Primary aldosteronism (PA) is the most common cause of mineralocorticoid hypertension. Different studies using the plasma aldosterone concentration (PAC)-plasma renin activity ratio (ARR ratio) for the screening of patients with hypertension, have shown a marked increase in the detection rate of PA. PA is commonly caused by an adrenal adenoma (APA) or idiopathic bilateral adrenal hyperplasia of the adrenal zona glomerulosa (IHA) and, in rare cases, by the inherited condition of glucocorticoid-remediable aldosteronism (GRA). The early diagnosis of PA is important, not only because the forms caused by adrenal adenoma are surgically curable, but also because correlation between the duration of PA and the development of cardiovascular complications has been reported. Patients with resistant and/or severe hypertension, patients with hypokalemia, those with a family history of hypertension and stroke at an early age, or patients with an adrenal incidentaloma should be screened for PA using the ARR ratio. Suspicion of PA owing to a pathological ratio requires confirmatory testing, including fludrocortisone suppression test, saline infusion and captopril challenge. Adrenal gland imaging is important in subtype differentiation (APA vs IHA), but adrenal venous sampling is the gold standard and should be used when other tests prove inconclusive. Genetic testing has facilitated detection of GRA.

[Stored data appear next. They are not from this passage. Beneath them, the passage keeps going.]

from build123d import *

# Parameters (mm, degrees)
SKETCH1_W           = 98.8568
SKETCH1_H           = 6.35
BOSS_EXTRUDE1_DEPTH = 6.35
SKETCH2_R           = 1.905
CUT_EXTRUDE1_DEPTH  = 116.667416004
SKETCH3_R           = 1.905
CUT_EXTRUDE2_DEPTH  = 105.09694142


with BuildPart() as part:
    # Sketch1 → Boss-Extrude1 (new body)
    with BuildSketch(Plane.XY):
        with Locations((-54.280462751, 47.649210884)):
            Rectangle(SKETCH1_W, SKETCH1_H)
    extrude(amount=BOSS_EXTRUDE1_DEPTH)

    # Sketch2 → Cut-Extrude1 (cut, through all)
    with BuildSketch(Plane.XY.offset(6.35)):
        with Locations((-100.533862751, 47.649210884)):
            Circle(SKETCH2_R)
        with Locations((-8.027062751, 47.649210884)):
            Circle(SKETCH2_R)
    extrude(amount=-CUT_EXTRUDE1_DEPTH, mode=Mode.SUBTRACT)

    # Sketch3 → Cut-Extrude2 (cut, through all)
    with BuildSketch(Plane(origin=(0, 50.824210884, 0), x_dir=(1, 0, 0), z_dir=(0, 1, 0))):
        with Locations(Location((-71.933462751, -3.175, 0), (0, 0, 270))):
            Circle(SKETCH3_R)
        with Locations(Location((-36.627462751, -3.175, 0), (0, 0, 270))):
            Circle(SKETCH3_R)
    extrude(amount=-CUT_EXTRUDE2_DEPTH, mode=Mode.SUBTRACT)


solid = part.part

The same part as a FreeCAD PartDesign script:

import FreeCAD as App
import Part
import Sketcher

V = App.Vector
Q = App.Units.Quantity

doc = App.newDocument("Part")
body = doc.addObject("PartDesign::Body", "Body")

# Sketch on XY plane
sketch1 = body.newObject("Sketcher::SketchObject", "Sketch")
sketch1.AttachmentSupport = (doc.getObject("XY_Plane"), [""])
sketch1.MapMode = "FlatFace"
sketch1.addGeometry(Part.LineSegment(V(-104, 51, 0), V(-104, 44, 0)), False)
sketch1.addGeometry(Part.LineSegment(V(-104, 44, 0), V(-5, 44, 0)), False)
sketch1.addGeometry(Part.LineSegment(V(-5, 44, 0), V(-5, 51, 0)), False)
sketch1.addGeometry(Part.LineSegment(V(-5, 51, 0), V(-104, 51, 0)), False)
sketch1.addConstraint(Sketcher.Constraint("Coincident", 0, 2, 1, 1))
sketch1.addConstraint(Sketcher.Constraint("Coincident", 1, 2, 2, 1))
sketch1.addConstraint(Sketcher.Constraint("Coincident", 2, 2, 3, 1))
sketch1.addConstraint(Sketcher.Constraint("Coincident", 3, 2, 0, 1))
sketch1.addConstraint(Sketcher.Constraint("Vertical", 0))
sketch1.addConstraint(Sketcher.Constraint("Horizontal", 1))
sketch1.addConstraint(Sketcher.Constraint("Vertical", 2))
sketch1.addConstraint(Sketcher.Constraint("Horizontal", 3))
sketch1.addConstraint(Sketcher.Constraint("DistanceY", 0, 2, 0, 1, Q("0.25 in")))
sketch1.addConstraint(Sketcher.Constraint("DistanceX", 1, 1, 1, 2, Q("3.892 in")))
sketch1.addConstraint(Sketcher.Constraint("DistanceY", -1, 1, 0, 2, Q("44.474211 mm")))
sketch1.addConstraint(Sketcher.Constraint("DistanceX", 0, 2, -1, 1, Q("103.708863 mm")))
pad1 = body.newObject("PartDesign::Pad", "Pad")
pad1.Profile = sketch1
pad1.Length = Q("0.25 in")

# Sketch on XY plane
sketch2 = body.newObject("Sketcher::SketchObject", "Sketch001")
sketch2.AttachmentSupport = (doc.getObject("XY_Plane"), [""])
sketch2.MapMode = "FlatFace"
sketch2.AttachmentOffset = App.Placement(V(0, 0, 0.25 * 25.4), App.Rotation())
sketch2.addGeometry(Part.Circle(V(-100.5, 47.6, 0), V(0, 0, 1), 1.9), False)
sketch2.addGeometry(Part.Circle(V(-8, 47.6, 0), V(0, 0, 1), 1.9), False)
sketch2.addConstraint(Sketcher.Constraint("Equal", 0, 1))
sketch2.addConstraint(Sketcher.Constraint("Horizontal", 0, 3, 1, 3))
sketch2.addConstraint(Sketcher.Constraint("Diameter", 0, Q("0.15 in")))
sketch2.addConstraint(Sketcher.Constraint("DistanceX", 0, 3, 1, 3, Q("3.642 in")))
sketch2.addConstraint(Sketcher.Constraint("DistanceY", -1, 1, 0, 3, Q("47.649211 mm")))
sketch2.addConstraint(Sketcher.Constraint("DistanceX", 0, 3, -1, 1, Q("100.533863 mm")))
pocket1 = body.newObject("PartDesign::Pocket", "Pocket")
pocket1.Profile = sketch2
pocket1.Type = "ThroughAll"

# Sketch on XZ plane
sketch3 = body.newObject("Sketcher::SketchObject", "Sketch002")
sketch3.AttachmentSupport = (doc.getObject("XZ_Plane"), [""])
sketch3.MapMode = "FlatFace"
sketch3.AttachmentOffset = App.Placement(V(0, 0, -50.824211), App.Rotation())
sketch3.addGeometry(Part.Circle(V(-71.9, 3.2, 0), V(0, 0, 1), 1.9), False)
sketch3.addGeometry(Part.Circle(V(-36.6, 3.2, 0), V(0, 0, 1), 1.9), False)
sketch3.addConstraint(Sketcher.Constraint("Equal", 0, 1))
sketch3.addConstraint(Sketcher.Constraint("Horizontal", 0, 3, 1, 3))
sketch3.addConstraint(Sketcher.Constraint("Diameter", 0, Q("0.15 in")))
sketch3.addConstraint(Sketcher.Constraint("DistanceX", 0, 3, 1, 3, Q("1.39 in")))
sketch3.addConstraint(Sketcher.Constraint("DistanceY", -1, 1, 0, 3, Q("0.125 in")))
sketch3.addConstraint(Sketcher.Constraint("DistanceX", 0, 3, -1, 1, Q("71.933463 mm")))
pocket2 = body.newObject("PartDesign::Pocket", "Pocket001")
pocket2.Profile = sketch3
pocket2.Type = "ThroughAll"
pocket2.Reversed = True

doc.recompute()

Hypertensive hypokalemic disorders

Hypokalemia is a common clinical problem. The kidney is responsible for long term potassium homoeostasis, as well as the serum potassium concentration. The main nephron site where K secretion is regulated is the cortical collecting duct, mainly via the effects of aldosterone. Aldosterone interacts with the mineralocorticoid receptor to increase sodium reabsorption and potassium secretion; the removal of cationic sodium makes the lumen relatively electronegative, thereby promoting passive potassium secretion from the tubular cell into the lumen through apical potassium channels. As a result, any condition that decreases the activity of renal potassium channels results in hyperkalemia (for example, amiloride intake or aldosterone deficiency) whereas their increased activity results in hypokalemia (for example, primary aldosteronism or Liddle's syndrome). The cause of hypokalemia can usually be determined from the history. If there is no apparent cause, the initial step is to see if hypokalemia is in associated with systemic hypertension or not. In the former group hypokalaemia is associated with a high mineralocorticoid effect or hyperactive sodium channel as in Liddle's syndrome. In hypertensive hypokalemic patients, measurement of the renin, aldosterone, and cortisol concentrations would be of help in differential diagnosis.